**** Entries shown
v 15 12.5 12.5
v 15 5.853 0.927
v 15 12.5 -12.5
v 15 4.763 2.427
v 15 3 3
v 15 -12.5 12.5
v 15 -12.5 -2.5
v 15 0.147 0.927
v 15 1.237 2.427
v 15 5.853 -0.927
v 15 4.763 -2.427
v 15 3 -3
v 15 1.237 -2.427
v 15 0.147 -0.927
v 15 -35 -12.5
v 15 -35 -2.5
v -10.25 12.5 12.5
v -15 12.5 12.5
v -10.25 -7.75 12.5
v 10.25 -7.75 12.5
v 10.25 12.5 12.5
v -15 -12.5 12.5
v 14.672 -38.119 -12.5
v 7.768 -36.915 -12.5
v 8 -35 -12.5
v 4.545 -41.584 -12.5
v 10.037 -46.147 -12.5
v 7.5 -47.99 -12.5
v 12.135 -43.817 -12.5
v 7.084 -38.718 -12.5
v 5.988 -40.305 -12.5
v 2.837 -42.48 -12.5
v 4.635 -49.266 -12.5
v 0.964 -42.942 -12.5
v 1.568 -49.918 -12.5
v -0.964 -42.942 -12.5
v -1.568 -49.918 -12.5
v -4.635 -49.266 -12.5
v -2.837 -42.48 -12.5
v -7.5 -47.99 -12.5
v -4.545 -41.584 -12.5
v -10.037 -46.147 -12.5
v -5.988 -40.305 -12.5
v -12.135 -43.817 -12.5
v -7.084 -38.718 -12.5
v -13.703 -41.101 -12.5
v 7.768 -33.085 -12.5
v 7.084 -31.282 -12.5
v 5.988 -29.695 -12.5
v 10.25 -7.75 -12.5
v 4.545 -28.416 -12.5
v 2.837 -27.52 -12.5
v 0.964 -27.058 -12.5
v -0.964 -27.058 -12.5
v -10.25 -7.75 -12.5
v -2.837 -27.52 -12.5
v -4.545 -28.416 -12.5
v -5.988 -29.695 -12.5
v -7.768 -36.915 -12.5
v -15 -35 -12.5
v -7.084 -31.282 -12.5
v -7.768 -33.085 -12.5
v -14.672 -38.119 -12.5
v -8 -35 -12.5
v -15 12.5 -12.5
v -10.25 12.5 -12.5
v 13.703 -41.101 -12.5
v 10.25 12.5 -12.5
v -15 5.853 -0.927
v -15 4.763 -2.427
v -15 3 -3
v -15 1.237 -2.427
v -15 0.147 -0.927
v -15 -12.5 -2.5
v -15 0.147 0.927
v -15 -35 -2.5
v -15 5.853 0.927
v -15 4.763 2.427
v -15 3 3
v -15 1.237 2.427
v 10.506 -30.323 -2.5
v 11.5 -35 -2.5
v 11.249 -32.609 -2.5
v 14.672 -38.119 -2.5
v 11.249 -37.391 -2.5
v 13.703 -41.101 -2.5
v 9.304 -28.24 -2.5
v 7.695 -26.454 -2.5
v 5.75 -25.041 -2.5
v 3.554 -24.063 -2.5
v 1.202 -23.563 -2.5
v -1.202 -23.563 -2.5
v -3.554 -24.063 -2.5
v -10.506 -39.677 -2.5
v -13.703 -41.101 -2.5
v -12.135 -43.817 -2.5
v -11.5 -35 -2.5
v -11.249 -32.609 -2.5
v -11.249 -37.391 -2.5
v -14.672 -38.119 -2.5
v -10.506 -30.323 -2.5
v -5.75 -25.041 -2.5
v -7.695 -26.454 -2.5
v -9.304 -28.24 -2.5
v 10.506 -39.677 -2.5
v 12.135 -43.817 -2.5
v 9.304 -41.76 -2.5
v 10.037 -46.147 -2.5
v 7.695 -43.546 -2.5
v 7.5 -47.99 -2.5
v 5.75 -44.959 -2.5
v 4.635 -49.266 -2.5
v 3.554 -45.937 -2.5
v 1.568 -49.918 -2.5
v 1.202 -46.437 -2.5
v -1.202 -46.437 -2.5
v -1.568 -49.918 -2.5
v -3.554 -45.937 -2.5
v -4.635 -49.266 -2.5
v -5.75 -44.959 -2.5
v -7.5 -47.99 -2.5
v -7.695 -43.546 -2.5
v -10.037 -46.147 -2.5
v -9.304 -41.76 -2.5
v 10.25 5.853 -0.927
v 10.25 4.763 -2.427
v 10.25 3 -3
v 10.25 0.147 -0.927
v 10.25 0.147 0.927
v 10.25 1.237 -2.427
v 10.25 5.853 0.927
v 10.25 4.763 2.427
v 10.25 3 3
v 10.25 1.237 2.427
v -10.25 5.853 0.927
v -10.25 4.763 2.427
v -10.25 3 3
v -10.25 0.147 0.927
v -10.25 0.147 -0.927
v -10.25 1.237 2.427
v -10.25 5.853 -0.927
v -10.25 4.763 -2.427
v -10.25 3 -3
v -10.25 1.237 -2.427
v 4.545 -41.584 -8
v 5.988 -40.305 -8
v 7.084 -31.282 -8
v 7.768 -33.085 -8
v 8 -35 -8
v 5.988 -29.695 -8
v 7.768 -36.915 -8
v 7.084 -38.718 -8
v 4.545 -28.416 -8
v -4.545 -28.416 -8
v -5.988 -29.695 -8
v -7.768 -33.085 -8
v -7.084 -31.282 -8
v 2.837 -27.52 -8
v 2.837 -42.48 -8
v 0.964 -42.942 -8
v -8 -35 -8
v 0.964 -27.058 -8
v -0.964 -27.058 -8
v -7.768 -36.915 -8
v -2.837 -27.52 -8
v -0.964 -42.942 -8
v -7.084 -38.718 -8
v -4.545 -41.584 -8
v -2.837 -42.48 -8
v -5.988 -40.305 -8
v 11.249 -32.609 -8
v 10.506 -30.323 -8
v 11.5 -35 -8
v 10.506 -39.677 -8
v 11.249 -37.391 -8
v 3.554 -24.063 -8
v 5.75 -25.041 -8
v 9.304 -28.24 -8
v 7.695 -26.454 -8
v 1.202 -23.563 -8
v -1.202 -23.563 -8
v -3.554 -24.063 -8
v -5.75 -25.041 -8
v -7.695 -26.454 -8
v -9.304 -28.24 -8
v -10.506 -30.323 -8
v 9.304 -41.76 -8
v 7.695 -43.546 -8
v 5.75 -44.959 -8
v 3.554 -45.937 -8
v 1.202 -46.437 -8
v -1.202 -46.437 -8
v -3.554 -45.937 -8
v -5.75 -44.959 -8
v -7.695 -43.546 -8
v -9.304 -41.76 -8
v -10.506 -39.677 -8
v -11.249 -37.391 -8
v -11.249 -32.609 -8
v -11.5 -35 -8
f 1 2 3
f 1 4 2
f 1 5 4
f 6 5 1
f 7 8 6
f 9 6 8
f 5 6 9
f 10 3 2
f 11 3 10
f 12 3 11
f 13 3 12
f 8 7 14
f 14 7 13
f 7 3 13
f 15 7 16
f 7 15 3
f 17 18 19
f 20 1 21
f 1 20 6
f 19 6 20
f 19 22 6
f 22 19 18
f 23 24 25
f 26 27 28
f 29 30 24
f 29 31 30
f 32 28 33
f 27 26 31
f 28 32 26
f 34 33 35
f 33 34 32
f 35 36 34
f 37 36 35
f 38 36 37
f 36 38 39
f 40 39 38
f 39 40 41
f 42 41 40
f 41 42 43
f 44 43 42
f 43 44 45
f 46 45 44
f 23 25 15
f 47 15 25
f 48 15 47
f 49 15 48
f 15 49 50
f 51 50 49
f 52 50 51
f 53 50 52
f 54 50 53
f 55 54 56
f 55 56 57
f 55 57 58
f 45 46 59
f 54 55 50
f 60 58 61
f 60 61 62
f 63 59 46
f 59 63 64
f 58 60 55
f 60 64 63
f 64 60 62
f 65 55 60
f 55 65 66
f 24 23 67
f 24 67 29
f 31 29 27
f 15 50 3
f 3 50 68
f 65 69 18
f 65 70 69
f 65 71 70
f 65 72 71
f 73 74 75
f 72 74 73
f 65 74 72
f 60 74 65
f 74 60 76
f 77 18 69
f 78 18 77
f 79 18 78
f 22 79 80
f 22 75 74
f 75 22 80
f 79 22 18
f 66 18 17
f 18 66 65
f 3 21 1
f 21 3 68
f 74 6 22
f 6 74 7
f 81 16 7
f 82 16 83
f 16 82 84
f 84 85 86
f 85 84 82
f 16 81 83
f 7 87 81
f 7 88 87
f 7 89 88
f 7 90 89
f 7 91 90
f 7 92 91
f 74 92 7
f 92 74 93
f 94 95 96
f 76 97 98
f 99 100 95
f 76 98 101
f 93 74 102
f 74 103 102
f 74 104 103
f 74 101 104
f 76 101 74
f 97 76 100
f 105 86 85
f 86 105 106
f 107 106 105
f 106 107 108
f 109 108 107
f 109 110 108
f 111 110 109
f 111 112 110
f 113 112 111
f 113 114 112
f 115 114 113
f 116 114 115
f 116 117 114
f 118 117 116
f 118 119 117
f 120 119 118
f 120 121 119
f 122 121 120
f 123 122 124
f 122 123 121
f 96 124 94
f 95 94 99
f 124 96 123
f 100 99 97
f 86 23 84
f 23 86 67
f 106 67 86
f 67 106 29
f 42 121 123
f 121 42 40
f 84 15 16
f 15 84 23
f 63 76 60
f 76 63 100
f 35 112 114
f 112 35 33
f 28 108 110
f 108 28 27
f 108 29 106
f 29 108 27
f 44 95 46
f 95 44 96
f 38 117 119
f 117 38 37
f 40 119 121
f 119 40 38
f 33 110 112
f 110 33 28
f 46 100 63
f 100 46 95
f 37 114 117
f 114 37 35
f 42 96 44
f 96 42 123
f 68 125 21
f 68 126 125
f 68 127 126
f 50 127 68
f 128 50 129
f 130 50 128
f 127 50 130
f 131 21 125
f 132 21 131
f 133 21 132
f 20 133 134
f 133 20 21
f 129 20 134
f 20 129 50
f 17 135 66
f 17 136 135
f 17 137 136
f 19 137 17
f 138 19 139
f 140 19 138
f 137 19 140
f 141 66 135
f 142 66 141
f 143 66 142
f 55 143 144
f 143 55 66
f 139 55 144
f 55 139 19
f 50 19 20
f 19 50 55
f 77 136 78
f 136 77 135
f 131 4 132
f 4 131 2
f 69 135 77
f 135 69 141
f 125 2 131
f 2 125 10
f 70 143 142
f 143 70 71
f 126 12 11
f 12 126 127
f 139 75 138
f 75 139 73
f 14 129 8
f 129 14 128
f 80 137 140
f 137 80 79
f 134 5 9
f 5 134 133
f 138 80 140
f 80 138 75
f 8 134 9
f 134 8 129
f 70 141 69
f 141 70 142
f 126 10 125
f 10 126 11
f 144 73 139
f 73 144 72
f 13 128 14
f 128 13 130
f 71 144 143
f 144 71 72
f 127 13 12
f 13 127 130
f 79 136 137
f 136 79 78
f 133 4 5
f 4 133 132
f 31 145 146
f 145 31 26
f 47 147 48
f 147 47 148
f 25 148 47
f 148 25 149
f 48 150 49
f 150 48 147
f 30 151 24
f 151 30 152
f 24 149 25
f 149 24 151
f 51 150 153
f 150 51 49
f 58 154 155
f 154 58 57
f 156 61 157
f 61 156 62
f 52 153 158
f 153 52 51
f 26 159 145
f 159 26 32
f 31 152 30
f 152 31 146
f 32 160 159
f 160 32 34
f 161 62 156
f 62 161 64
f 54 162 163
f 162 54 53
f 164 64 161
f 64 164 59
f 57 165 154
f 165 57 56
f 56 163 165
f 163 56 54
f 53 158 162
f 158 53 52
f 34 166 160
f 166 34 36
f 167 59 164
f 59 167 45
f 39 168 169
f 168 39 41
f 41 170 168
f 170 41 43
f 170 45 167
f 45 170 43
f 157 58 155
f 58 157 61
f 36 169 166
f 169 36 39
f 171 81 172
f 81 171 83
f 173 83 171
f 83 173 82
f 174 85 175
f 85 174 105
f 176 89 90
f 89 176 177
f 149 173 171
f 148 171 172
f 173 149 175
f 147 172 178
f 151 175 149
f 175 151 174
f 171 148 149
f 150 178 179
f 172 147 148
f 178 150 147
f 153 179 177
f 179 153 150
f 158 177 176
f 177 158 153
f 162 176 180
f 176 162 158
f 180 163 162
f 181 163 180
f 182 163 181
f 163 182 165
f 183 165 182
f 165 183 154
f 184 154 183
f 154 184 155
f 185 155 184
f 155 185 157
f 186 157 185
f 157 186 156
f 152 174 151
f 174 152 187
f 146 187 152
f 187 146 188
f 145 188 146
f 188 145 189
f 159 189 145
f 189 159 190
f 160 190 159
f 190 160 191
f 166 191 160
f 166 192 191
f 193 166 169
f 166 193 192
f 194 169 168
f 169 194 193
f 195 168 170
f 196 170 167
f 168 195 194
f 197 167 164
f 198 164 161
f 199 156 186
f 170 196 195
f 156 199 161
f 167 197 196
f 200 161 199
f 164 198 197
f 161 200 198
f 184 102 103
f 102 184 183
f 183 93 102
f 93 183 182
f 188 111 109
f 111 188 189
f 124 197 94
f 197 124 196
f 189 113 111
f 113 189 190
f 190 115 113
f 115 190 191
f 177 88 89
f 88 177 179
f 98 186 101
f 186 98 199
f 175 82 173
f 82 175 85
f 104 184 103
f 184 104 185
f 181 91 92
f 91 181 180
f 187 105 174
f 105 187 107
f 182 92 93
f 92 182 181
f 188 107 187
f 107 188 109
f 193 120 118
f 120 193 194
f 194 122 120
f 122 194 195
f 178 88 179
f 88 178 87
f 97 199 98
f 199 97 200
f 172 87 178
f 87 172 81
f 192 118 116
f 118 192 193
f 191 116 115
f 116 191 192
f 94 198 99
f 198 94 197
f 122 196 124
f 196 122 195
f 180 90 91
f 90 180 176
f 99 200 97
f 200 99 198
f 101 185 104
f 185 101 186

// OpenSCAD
// file: Rook_Config.scad
// Rook 3D Printer Configuration
// Created By Jeffrey Olijar 
// Jolijar@gmail.com

// Layer Height
LH = 0.38;

// 608 skate bearing
Bearing_OD = 23; 
Bearing_ID = 8;
Bearing_H = 7;

// M3 Nut Diameter
N3 = 7.5;

// M3 Screw Hole Diameter
M3 = 4.25;

// M4 Screw Hole Diameter
M4 = 5.25;
N4 = 8.75;

// M5 Screw Hole Diameter
M5 = 6;

// M8 Rod Diameter (configure for a tight fit)
M8 = 8.2;

// M8 Nut Diameter
N8 = 15.5;

//LM8UU Bearing
LBD = 15.4; // Diameter
LBH = 25; // Height
LBI = 8;  // Inner Diameter

//Makergear Groovemount
GVO = 16.5; // Outside Diameter
GVI = 12.5;  // Inside Groove Diameter

// Distance Between Centers for X rods
DBCX = 70;
// main file
// Rook 3D Printer 
// Z Bearing
// Created By Jeffrey Olijar 
// Jolijar@gmail.com
// Revision 1.00
// 2 x requred 


include <Rook_Config.scad>

module Rook_Z_Bearing(){

difference(){ 
union(){
// Misumi Rail Box
translate(v=[0,0,0]){ cube(size = [30,25,25], center = true);}


translate(v=[0,-23.5,-7.5]){ cube(size = [30,23,10], center = true);}
translate(v=[0,-35,-12.5]){cylinder(h = 10, r=15);}

}

union(){
// Misumi Rail Cutout
translate(v=[0,2.5,0]){ cube(size = [20.5,20.5,26], center = true);}
translate(v=[-20,3,0])rotate(a=[0,90,0]){cylinder(h=100,r=M5/2);}

translate(v=[0,-35,-25]){cylinder(h = 100, r=Bearing_ID);}
translate(v=[0,-35,-8]){ cylinder(h = Bearing_H, r=Bearing_OD/2);}

}}}
Rook_Z_Bearing();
********
> **Aim of the task**
In the entries above, the lines between the one holding "f 102 184 183" and the one holding "f 185 101 186", inclusive, are to be printed exactly as written, and those alone.

> **Answer space**
f 102 184 183
f 183 93 102
f 93 183 182
f 188 111 109
f 111 188 189
f 124 197 94
f 197 124 196
f 189 113 111
f 113 189 190
f 190 115 113
f 115 190 191
f 177 88 89
f 88 177 179
f 98 186 101
f 186 98 199
f 175 82 173
f 82 175 85
f 104 184 103
f 184 104 185
f 181 91 92
f 91 181 180
f 187 105 174
f 105 187 107
f 182 92 93
f 92 182 181
f 188 107 187
f 107 188 109
f 193 120 118
f 120 193 194
f 194 122 120
f 122 194 195
f 178 88 179
f 88 178 87
f 97 199 98
f 199 97 200
f 172 87 178
f 87 172 81
f 192 118 116
f 118 192 193
f 191 116 115
f 116 191 192
f 94 198 99
f 198 94 197
f 122 196 124
f 196 122 195
f 180 90 91
f 90 180 176
f 99 200 97
f 200 99 198
f 101 185 104
f 185 101 186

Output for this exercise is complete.